BMI: body mass index; AMP: Amputee Mobility Predictor (scored at study enrollment with subjects’ own non-microprocessor knee); NMPK: non-microprocessor knee; SAH: single-axis hydraulic; ESAR: energy storage and return; WC: wheelchair; IC: ischial containment; Quad: quadrilateral WASC: weight-activated stance control; SACH: solid ankle cushion heel; PCH: polycentric hydraulic.
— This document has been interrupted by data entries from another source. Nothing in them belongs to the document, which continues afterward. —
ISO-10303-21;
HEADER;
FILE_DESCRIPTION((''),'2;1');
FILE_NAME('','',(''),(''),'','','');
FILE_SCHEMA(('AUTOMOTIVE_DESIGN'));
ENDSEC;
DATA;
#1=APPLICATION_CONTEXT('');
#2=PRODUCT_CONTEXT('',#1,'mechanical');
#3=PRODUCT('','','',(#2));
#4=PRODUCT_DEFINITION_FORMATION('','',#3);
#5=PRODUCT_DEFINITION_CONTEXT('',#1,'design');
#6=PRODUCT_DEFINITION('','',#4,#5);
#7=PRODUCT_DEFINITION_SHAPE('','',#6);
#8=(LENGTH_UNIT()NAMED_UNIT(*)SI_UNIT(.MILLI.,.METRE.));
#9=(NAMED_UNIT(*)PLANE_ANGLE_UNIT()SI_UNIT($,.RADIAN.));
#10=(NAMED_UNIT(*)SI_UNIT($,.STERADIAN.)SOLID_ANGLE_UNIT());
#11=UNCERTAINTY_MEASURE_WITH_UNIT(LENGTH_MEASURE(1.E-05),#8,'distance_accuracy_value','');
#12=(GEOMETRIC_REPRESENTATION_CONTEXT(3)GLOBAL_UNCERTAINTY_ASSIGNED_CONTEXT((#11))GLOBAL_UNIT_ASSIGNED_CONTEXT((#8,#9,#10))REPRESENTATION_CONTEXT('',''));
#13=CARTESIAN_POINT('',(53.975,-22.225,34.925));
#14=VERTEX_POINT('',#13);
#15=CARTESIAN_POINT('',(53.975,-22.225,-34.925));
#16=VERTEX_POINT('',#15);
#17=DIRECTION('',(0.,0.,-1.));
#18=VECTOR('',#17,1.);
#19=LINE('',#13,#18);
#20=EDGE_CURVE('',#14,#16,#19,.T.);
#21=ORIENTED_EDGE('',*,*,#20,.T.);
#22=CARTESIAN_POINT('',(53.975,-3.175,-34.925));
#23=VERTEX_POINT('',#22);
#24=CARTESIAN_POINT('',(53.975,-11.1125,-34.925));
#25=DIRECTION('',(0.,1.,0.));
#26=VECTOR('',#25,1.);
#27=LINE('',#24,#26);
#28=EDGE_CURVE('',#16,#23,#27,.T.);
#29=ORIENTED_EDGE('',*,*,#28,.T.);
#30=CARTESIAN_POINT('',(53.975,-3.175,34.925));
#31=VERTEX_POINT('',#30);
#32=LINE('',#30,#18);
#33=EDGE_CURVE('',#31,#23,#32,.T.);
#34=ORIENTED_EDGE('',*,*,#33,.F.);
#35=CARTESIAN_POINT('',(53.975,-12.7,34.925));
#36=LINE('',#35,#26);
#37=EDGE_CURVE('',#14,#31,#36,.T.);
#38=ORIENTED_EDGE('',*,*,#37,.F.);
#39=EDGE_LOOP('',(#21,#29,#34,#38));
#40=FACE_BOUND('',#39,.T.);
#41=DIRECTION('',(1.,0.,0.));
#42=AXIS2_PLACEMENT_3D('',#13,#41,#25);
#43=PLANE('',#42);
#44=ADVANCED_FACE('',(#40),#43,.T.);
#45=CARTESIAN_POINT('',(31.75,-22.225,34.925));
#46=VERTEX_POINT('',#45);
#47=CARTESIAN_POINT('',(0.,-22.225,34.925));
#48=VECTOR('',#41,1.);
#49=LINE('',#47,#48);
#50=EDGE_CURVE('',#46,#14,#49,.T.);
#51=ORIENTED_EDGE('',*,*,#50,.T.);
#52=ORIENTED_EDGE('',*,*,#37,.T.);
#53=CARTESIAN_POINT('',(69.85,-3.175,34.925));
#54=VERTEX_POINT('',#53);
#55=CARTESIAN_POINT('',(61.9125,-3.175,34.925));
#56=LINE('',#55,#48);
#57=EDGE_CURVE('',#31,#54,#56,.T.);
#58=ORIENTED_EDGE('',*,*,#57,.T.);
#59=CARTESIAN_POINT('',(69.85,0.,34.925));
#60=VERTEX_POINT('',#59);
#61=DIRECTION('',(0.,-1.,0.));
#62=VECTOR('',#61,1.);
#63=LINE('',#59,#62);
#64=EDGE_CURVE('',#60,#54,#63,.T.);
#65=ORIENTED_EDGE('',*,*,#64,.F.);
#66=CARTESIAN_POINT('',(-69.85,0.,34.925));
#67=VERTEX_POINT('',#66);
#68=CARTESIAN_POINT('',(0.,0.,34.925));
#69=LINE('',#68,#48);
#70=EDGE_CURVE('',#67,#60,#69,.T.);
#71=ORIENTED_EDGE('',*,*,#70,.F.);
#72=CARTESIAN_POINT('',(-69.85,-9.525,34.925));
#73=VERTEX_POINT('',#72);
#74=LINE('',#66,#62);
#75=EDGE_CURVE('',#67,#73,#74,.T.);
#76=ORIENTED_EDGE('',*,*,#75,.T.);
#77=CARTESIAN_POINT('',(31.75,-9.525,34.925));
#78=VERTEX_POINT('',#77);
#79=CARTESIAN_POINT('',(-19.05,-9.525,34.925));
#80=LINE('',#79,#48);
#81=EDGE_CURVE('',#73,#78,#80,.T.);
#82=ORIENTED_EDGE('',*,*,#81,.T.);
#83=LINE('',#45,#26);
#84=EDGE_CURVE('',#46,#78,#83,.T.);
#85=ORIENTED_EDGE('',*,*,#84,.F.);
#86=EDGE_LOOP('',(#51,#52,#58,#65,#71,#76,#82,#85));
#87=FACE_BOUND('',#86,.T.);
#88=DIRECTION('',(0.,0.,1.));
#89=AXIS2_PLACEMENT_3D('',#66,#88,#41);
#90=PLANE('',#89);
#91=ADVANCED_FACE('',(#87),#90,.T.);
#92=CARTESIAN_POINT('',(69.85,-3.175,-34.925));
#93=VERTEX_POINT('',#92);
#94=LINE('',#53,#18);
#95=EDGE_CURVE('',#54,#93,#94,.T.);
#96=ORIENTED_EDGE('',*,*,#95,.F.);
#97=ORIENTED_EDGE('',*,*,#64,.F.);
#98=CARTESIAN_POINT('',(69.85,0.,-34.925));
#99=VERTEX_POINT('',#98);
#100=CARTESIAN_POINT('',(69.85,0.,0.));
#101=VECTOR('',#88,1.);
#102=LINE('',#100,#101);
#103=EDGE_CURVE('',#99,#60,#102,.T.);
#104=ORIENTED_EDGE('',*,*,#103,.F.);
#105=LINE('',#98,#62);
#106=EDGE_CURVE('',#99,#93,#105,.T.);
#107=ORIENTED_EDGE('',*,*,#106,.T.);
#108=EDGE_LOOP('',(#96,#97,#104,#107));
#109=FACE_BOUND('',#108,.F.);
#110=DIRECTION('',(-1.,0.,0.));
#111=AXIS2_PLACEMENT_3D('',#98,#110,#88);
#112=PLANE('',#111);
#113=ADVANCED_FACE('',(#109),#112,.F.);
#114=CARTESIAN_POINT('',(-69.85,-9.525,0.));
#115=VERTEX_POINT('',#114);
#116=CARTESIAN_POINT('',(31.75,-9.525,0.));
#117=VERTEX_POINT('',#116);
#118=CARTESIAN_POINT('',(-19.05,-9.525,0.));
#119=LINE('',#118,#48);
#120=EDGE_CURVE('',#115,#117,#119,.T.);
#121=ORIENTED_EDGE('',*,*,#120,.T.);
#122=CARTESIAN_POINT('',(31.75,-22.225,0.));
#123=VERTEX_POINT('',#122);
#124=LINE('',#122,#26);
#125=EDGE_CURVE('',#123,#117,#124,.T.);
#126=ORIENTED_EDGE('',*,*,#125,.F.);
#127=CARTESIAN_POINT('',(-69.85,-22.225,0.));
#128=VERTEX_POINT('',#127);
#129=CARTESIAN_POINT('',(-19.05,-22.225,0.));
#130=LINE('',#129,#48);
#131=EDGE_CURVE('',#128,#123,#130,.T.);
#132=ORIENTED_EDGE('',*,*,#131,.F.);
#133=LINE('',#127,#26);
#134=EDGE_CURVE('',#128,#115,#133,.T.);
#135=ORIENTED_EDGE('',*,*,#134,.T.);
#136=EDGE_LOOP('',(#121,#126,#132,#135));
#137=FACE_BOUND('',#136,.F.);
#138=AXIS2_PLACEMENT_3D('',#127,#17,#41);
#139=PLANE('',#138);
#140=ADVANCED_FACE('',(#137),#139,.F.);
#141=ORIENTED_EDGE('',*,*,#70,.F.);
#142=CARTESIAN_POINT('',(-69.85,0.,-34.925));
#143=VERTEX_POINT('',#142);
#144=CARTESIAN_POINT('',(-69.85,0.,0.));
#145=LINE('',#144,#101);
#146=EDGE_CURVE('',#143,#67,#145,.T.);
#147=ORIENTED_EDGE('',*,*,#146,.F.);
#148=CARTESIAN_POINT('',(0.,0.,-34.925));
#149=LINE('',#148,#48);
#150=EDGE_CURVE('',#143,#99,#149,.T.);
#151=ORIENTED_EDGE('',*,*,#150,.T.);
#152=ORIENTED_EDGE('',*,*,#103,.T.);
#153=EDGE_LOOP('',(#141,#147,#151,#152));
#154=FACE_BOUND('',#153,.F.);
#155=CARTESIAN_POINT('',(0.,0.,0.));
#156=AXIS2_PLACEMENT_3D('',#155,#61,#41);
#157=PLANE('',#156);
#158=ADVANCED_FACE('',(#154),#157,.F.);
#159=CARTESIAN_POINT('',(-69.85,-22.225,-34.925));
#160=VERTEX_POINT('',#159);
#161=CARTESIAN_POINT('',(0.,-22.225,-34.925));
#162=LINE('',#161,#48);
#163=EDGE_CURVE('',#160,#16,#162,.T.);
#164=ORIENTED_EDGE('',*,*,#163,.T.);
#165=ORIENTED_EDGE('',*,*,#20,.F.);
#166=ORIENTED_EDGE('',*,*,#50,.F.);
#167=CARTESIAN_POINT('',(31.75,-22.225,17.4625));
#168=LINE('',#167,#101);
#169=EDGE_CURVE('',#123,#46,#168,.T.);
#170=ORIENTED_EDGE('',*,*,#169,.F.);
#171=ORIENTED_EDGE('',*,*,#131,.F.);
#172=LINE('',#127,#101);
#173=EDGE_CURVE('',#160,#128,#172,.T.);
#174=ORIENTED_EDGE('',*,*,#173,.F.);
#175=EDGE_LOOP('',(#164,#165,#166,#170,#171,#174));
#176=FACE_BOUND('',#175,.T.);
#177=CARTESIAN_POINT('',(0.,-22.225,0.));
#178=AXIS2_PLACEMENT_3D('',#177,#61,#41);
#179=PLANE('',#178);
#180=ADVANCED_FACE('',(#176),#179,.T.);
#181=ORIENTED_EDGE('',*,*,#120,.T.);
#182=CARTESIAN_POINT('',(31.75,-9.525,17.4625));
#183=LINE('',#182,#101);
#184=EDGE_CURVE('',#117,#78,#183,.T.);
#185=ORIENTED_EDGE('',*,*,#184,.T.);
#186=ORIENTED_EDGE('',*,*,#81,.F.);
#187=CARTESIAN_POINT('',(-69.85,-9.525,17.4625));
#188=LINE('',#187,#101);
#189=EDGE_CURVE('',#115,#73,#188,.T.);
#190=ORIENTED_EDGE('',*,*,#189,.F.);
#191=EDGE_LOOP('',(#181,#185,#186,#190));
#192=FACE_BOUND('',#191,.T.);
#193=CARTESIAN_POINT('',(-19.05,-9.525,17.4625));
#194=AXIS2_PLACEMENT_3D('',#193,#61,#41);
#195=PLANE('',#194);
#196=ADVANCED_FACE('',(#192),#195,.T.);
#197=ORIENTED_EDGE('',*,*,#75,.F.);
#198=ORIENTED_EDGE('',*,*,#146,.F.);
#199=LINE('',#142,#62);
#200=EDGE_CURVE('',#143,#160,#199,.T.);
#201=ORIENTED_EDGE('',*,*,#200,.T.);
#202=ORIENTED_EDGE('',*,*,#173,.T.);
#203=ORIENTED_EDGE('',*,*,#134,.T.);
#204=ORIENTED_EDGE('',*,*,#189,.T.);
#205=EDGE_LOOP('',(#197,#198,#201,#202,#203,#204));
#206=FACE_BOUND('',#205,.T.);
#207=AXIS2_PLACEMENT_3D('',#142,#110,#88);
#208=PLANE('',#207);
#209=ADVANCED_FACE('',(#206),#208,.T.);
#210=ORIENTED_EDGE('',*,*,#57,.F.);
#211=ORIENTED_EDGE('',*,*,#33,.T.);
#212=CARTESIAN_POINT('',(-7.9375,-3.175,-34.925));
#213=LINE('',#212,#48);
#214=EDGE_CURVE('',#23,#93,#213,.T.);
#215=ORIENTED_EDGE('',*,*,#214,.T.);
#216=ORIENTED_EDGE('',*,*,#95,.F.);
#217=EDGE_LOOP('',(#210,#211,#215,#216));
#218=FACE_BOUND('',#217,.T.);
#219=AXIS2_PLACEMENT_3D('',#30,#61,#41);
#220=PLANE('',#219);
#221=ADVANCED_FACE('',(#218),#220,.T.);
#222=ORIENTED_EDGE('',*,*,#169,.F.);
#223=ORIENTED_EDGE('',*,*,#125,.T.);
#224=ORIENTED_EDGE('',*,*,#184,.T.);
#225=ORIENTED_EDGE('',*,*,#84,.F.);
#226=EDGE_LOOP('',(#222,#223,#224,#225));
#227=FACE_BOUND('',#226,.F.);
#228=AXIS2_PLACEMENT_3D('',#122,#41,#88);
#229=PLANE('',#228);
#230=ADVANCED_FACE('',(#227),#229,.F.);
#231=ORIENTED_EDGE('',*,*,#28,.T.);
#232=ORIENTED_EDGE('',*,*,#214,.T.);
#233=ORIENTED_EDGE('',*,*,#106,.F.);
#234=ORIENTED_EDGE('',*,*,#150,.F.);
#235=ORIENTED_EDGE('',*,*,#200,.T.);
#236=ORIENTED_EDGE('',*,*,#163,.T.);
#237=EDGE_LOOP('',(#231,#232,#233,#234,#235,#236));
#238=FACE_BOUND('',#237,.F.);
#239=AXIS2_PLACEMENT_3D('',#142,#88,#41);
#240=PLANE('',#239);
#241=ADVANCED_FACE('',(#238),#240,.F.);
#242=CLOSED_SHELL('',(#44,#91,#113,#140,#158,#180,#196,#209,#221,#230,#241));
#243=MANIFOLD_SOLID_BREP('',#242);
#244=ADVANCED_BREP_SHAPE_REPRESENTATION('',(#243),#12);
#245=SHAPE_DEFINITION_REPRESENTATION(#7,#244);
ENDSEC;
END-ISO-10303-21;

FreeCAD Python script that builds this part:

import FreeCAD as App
import Part
import Sketcher
from FreeCAD import Vector
Q = App.Units.Quantity


def add_polygon(sketch, points):
    """Adds a closed chain of lines whose ends are joined by coincident constraints."""
    first, n = sketch.GeometryCount, len(points)
    for a, b in zip(points, points[1:] + points[:1]):
        sketch.addGeometry(Part.LineSegment(App.Vector(*a, 0), App.Vector(*b, 0)), False)
    for i in range(n):
        sketch.addConstraint(Sketcher.Constraint("Coincident", first + i, 2, first + (i + 1) % n, 1))

doc = App.newDocument("Part")
body = doc.addObject("PartDesign::Body", "Body")

sketch1 = body.newObject("Sketcher::SketchObject", "Sketch")
sketch1.AttachmentSupport = (doc.getObject("XZ_Plane"), [""])
sketch1.MapMode = "FlatFace"
add_polygon(sketch1, [(-69.85, 34.925), (-69.85, -34.925), (69.85, -34.925), (69.85, 34.925)])
sketch1.addConstraint([
    Sketcher.Constraint("Vertical", 0),
    Sketcher.Constraint("Horizontal", 1),
    Sketcher.Constraint("Vertical", 2),
    Sketcher.Constraint("Horizontal", 3),
    Sketcher.Constraint("Symmetric", 0, 2, 2, 2, -1, 1),
    Sketcher.Constraint("DistanceX", 1, 1, 1, 2, Q("5.5 in")),
    Sketcher.Constraint("DistanceY", 0, 2, 0, 1, Q("2.75 in")),
])
pad1 = body.newObject("PartDesign::Pad", "Pad")
pad1.Profile = sketch1
pad1.Length = Q("0.875 in")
Subjects S1–S4 were in the BAB group and subjects S5–S7 were in the ABA group.
Data processing
The data from the electronic walkway for each weekly session were processed using a custom program written in MATLAB® (Mathworks Inc., Natick, MA) to derive stride length (cm), instantaneous stride cadence (strides/min), step width (cm), and the percent of the gait cycle spent in early double-support and single-limb stance. Instantaneous stride cadence was calculated from individual stride times. Parameters were calculated with the prosthetic side as the lead foot. In addition to providing evidence of altered gait in prosthesis users, these parameters were selected because they are minimally affected by changes in speed, incorporate all speeds, or could be normalized to either speed or gait cycle. This limited the impact of differences in the self-selected speeds over multiple assessment sessions.18–21
For each session, the stride length–cadence relationship was calculated by plotting each stride length and cadence data pair across the three self-selected speeds and then deriving the coefficient of determination (R 2 ) of the regression line to evaluate the goodness of fit of the linear relationship. 18
Statistical analysis
The “non-overlap of all pairs” (NAP) method was used to assess differences between phases A and B (i.e. NMPK vs MPK). NAP is a non-parametric, statistical method that builds on earlier percent overlap analysis methods developed for single-subject studies and is considered a promising new approach to classic small-n analysis.11,22–24 NAP differs from previous percent overlap methods by making comparisons between each data point rather than comparisons based on summary data or selected points. In leveraging the entire data set, the calculation relates more closely to common effect size calculations providing stronger statistical support for the results than other single-subject analysis methods. 22
NAP determines the percent of data points from one phase that has larger values (ranks) than data points in adjacent phase. The final metric is the NAP percent, which is calculated in a few simple steps (Figure 1). First, each individual data point in the given phase (e.g. B, intervention) is compared to each data point in the adjacent phase (e.g. A, baseline). The score is assigned depending on whether the B point is higher (1), lower (0), or identical (0.5) to each A point (the score values can be reversed if the decrease in outcome is of interest). Next, scores for each B point are summed into a point non-overlap score and all point non-overlap scores are summed into the non-overlap total (see table in Figure 1). The non-overlap total is divided by the total number of comparisons to arrive at the NAP percent (typically reported as 50%–100%). Interpretation of the NAP percent is analogous to the area under the curve from a receiver operating characteristic curve. 22

Non-overlap of all pairs (NAP) calculation. This illustration and table provide an example of the NAP calculation between two phases A (e.g. baseline) and B (e.g. intervention). First, a comparison is made between each point in the B-phase and each point in the A-phase by assigning a value of 1 if B higher than A, 0 if B smaller than A, and 0.5 if B equals A (see the table with crosstab of all A-B pairs and the illustration for graphic comparison of B2 point to all A points). In the next step, the non-overlap for each B-phase point is determined by summing values in each row. The non-overlap total is the sum of values in the last column (12 in this case). Dividing the non-overlap total (12) by the total number of pairs (16) results in the percent of non-overlap (75% here). A larger NAP percentage indicates in this case superior results in the B-phase over the A-phase, leading to the conclusion that intervention resulted in better outcomes in comparison to baseline.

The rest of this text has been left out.